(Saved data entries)
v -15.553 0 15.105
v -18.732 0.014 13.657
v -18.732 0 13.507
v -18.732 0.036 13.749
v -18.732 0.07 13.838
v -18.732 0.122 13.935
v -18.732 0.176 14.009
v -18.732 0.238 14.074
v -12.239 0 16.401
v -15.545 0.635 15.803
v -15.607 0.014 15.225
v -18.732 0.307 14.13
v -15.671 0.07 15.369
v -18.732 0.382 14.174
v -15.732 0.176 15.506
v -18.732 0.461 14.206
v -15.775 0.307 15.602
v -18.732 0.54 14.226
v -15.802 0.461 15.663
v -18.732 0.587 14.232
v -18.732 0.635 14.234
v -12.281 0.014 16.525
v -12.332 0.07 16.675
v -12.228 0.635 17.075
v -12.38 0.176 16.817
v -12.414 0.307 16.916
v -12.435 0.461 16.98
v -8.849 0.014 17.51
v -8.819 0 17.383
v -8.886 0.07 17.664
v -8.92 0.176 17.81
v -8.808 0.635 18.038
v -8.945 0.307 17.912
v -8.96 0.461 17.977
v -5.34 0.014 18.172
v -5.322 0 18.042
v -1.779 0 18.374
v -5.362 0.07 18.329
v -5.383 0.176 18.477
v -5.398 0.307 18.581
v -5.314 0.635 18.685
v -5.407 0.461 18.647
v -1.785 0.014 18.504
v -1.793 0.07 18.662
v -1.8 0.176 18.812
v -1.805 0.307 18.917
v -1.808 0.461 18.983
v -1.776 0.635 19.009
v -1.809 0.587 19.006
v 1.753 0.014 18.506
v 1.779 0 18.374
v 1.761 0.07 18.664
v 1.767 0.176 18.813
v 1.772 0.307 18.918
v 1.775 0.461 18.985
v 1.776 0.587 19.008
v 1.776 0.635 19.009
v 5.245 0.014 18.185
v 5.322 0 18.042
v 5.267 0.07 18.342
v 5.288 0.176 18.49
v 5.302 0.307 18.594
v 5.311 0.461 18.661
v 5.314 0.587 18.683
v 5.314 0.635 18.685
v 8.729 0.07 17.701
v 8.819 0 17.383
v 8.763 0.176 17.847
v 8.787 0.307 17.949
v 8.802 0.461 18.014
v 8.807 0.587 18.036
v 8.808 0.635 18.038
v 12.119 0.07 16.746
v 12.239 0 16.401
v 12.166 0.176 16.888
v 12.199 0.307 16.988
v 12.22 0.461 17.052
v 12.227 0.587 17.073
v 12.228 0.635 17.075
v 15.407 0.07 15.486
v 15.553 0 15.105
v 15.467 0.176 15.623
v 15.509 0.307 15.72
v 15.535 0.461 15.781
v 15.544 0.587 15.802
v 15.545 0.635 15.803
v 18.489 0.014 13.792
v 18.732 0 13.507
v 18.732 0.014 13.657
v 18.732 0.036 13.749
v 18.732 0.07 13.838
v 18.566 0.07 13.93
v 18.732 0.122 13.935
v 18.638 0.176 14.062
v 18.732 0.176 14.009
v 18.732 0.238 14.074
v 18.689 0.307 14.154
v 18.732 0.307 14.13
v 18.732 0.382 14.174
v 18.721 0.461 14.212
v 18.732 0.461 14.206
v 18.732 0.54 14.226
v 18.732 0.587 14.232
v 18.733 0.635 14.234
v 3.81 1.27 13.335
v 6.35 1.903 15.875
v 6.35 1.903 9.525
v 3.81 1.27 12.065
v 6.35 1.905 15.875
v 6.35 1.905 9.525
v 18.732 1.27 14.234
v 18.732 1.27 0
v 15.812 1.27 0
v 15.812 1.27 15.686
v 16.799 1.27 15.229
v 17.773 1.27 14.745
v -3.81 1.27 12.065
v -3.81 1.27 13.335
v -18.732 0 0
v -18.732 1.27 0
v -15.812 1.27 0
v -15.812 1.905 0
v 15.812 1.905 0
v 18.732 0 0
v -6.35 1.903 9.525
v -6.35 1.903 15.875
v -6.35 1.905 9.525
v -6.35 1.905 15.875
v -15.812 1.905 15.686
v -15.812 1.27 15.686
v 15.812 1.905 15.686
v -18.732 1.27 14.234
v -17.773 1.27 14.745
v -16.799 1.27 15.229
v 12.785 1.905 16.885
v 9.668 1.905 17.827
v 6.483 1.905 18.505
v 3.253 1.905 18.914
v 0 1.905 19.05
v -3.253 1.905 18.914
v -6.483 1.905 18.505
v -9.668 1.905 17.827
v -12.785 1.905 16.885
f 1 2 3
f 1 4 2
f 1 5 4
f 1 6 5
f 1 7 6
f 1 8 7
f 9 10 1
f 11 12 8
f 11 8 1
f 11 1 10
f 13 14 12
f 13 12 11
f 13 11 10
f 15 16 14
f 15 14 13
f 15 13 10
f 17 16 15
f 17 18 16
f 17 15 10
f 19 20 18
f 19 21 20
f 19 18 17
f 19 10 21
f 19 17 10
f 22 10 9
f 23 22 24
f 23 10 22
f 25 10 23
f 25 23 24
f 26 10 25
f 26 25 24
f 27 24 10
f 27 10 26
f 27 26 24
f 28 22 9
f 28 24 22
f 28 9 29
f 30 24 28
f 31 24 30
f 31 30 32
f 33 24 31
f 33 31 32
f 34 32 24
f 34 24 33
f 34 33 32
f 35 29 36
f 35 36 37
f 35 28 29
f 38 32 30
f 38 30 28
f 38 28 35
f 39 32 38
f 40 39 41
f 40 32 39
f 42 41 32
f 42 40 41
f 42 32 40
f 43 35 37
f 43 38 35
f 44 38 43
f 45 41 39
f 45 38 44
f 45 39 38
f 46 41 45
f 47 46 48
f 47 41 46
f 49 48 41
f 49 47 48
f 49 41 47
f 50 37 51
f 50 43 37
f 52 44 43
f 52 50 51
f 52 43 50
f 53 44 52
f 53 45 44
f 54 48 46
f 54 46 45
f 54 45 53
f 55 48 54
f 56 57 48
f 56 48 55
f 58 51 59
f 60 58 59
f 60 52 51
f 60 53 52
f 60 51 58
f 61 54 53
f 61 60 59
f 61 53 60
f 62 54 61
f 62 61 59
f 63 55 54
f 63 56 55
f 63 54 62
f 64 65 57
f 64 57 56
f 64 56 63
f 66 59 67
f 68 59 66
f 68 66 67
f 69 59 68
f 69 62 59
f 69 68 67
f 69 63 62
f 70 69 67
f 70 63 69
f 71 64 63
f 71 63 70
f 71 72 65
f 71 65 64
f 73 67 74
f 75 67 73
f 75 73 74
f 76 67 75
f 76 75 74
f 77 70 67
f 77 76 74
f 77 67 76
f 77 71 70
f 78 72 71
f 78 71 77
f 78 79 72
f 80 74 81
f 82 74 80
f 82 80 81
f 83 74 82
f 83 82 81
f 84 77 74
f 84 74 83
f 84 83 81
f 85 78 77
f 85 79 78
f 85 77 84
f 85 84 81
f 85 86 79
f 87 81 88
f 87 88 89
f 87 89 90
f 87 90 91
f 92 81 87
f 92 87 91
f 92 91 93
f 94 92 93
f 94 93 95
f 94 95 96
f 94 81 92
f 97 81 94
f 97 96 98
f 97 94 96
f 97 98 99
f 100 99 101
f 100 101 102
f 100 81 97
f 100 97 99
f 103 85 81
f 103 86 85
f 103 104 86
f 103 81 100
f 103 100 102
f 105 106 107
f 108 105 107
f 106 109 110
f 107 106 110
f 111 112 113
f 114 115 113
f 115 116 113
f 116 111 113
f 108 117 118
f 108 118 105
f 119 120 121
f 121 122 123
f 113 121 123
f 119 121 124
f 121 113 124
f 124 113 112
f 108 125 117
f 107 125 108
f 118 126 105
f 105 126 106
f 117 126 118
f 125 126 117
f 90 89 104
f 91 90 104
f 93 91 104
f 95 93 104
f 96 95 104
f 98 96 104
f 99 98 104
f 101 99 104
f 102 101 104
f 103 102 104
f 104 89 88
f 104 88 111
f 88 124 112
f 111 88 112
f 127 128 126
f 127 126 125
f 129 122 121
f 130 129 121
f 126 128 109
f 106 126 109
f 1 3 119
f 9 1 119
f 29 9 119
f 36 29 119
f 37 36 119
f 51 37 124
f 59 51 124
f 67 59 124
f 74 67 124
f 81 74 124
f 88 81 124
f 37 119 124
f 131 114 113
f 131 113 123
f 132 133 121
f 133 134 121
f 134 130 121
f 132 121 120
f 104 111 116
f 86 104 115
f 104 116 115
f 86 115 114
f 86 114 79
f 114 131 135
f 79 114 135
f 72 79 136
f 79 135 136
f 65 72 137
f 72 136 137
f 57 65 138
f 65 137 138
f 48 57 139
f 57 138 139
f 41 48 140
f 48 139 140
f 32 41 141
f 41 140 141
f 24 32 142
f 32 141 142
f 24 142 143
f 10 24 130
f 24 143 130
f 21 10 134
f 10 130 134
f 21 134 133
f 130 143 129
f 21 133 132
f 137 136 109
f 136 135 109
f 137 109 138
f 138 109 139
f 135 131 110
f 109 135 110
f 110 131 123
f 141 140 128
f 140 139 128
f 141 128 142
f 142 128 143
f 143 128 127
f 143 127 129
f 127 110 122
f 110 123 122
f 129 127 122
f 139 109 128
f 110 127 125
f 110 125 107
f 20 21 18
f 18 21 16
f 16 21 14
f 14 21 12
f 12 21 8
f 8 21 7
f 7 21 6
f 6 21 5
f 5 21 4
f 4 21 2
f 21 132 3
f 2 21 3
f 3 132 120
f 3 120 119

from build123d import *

# Parameters (mm, degrees)
BOSS_EXTRUDE1_DEPTH = 19.05
SKETCH2_W           = 12.7
SKETCH2_H           = 6.35
CUT_EXTRUDE1_DEPTH  = 0.635
CHAMFER1_SIZE       = 2.54
CHAMFER1_SIZE2      = 0.633293127
CUT_EXTRUDE2_DEPTH  = 27.785034651
FILLET1_R           = 0.635


with BuildPart() as part:
    # Sketch1 → Boss-Extrude1 (new body)
    with BuildSketch(Plane.XY):
        Polygon((-18.7325, 0), (18.7325, 0), (18.7325, 1.27), (15.8115, 1.27), (15.8115, 1.905), (-15.8115, 1.905), (-15.8115, 1.27), (-18.7325, 1.27), align=None)
    extrude(amount=BOSS_EXTRUDE1_DEPTH)

    # Sketch2 → Cut-Extrude1 (cut)
    with BuildSketch(Plane(origin=(0, 1.905, 0), x_dir=(1, 0, 0), z_dir=(0, 1, 0))):
        with Locations((0, -12.7)):
            Rectangle(SKETCH2_W, SKETCH2_H)
    extrude(amount=-CUT_EXTRUDE1_DEPTH, mode=Mode.SUBTRACT)

    # Chamfer1
    chamfer1_edges = [part.edges().sort_by_distance(p)[0] for p in [
        (6.35, 1.27, 12.7),
        (0, 1.27, 15.875),
        (-6.35, 1.27, 12.7),
        (0, 1.27, 9.525),
    ]]
    chamfer1_side = [part.faces().sort_by_distance(p)[0] for p in [
        (0, 1.27, 12.7),
    ]]
    chamfer(chamfer1_edges, length=CHAMFER1_SIZE, length2=CHAMFER1_SIZE2, reference=chamfer1_side[0])

    # Sketch3 → Cut-Extrude2 (cut, through all)
    with BuildSketch(Plane(origin=(0, 1.905, 0), x_dir=(1, 0, 0), z_dir=(0, 1, 0))):
        with BuildLine():
            Line((-18.7325, -21.59), (18.7325, -21.59))
            Line((18.7325, -21.59), (18.7325, -14.233613746))
            ThreePointArc((18.7325, -14.233613746), (0, -19.05), (-18.7325, -14.233613746))
            Line((-18.7325, -14.233613746), (-18.7325, -21.59))
        make_face()
    extrude(amount=-CUT_EXTRUDE2_DEPTH, mode=Mode.SUBTRACT)

    # Fillet1
    fillet1_edges = [part.edges().sort_by_distance(p)[0] for p in [
        (0, 0, 19.05),
    ]]
    fillet(fillet1_edges, radius=FILLET1_R)


solid = part.part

Task to complete: Your answer must be the lines from the first line of the entries above through the line that contains "v -12.228 0.635 17.075", written out exactly.

Answer for the task:
v -15.553 0 15.105
v -18.732 0.014 13.657
v -18.732 0 13.507
v -18.732 0.036 13.749
v -18.732 0.07 13.838
v -18.732 0.122 13.935
v -18.732 0.176 14.009
v -18.732 0.238 14.074
v -12.239 0 16.401
v -15.545 0.635 15.803
v -15.607 0.014 15.225
v -18.732 0.307 14.13
v -15.671 0.07 15.369
v -18.732 0.382 14.174
v -15.732 0.176 15.506
v -18.732 0.461 14.206
v -15.775 0.307 15.602
v -18.732 0.54 14.226
v -15.802 0.461 15.663
v -18.732 0.587 14.232
v -18.732 0.635 14.234
v -12.281 0.014 16.525
v -12.332 0.07 16.675
v -12.228 0.635 17.075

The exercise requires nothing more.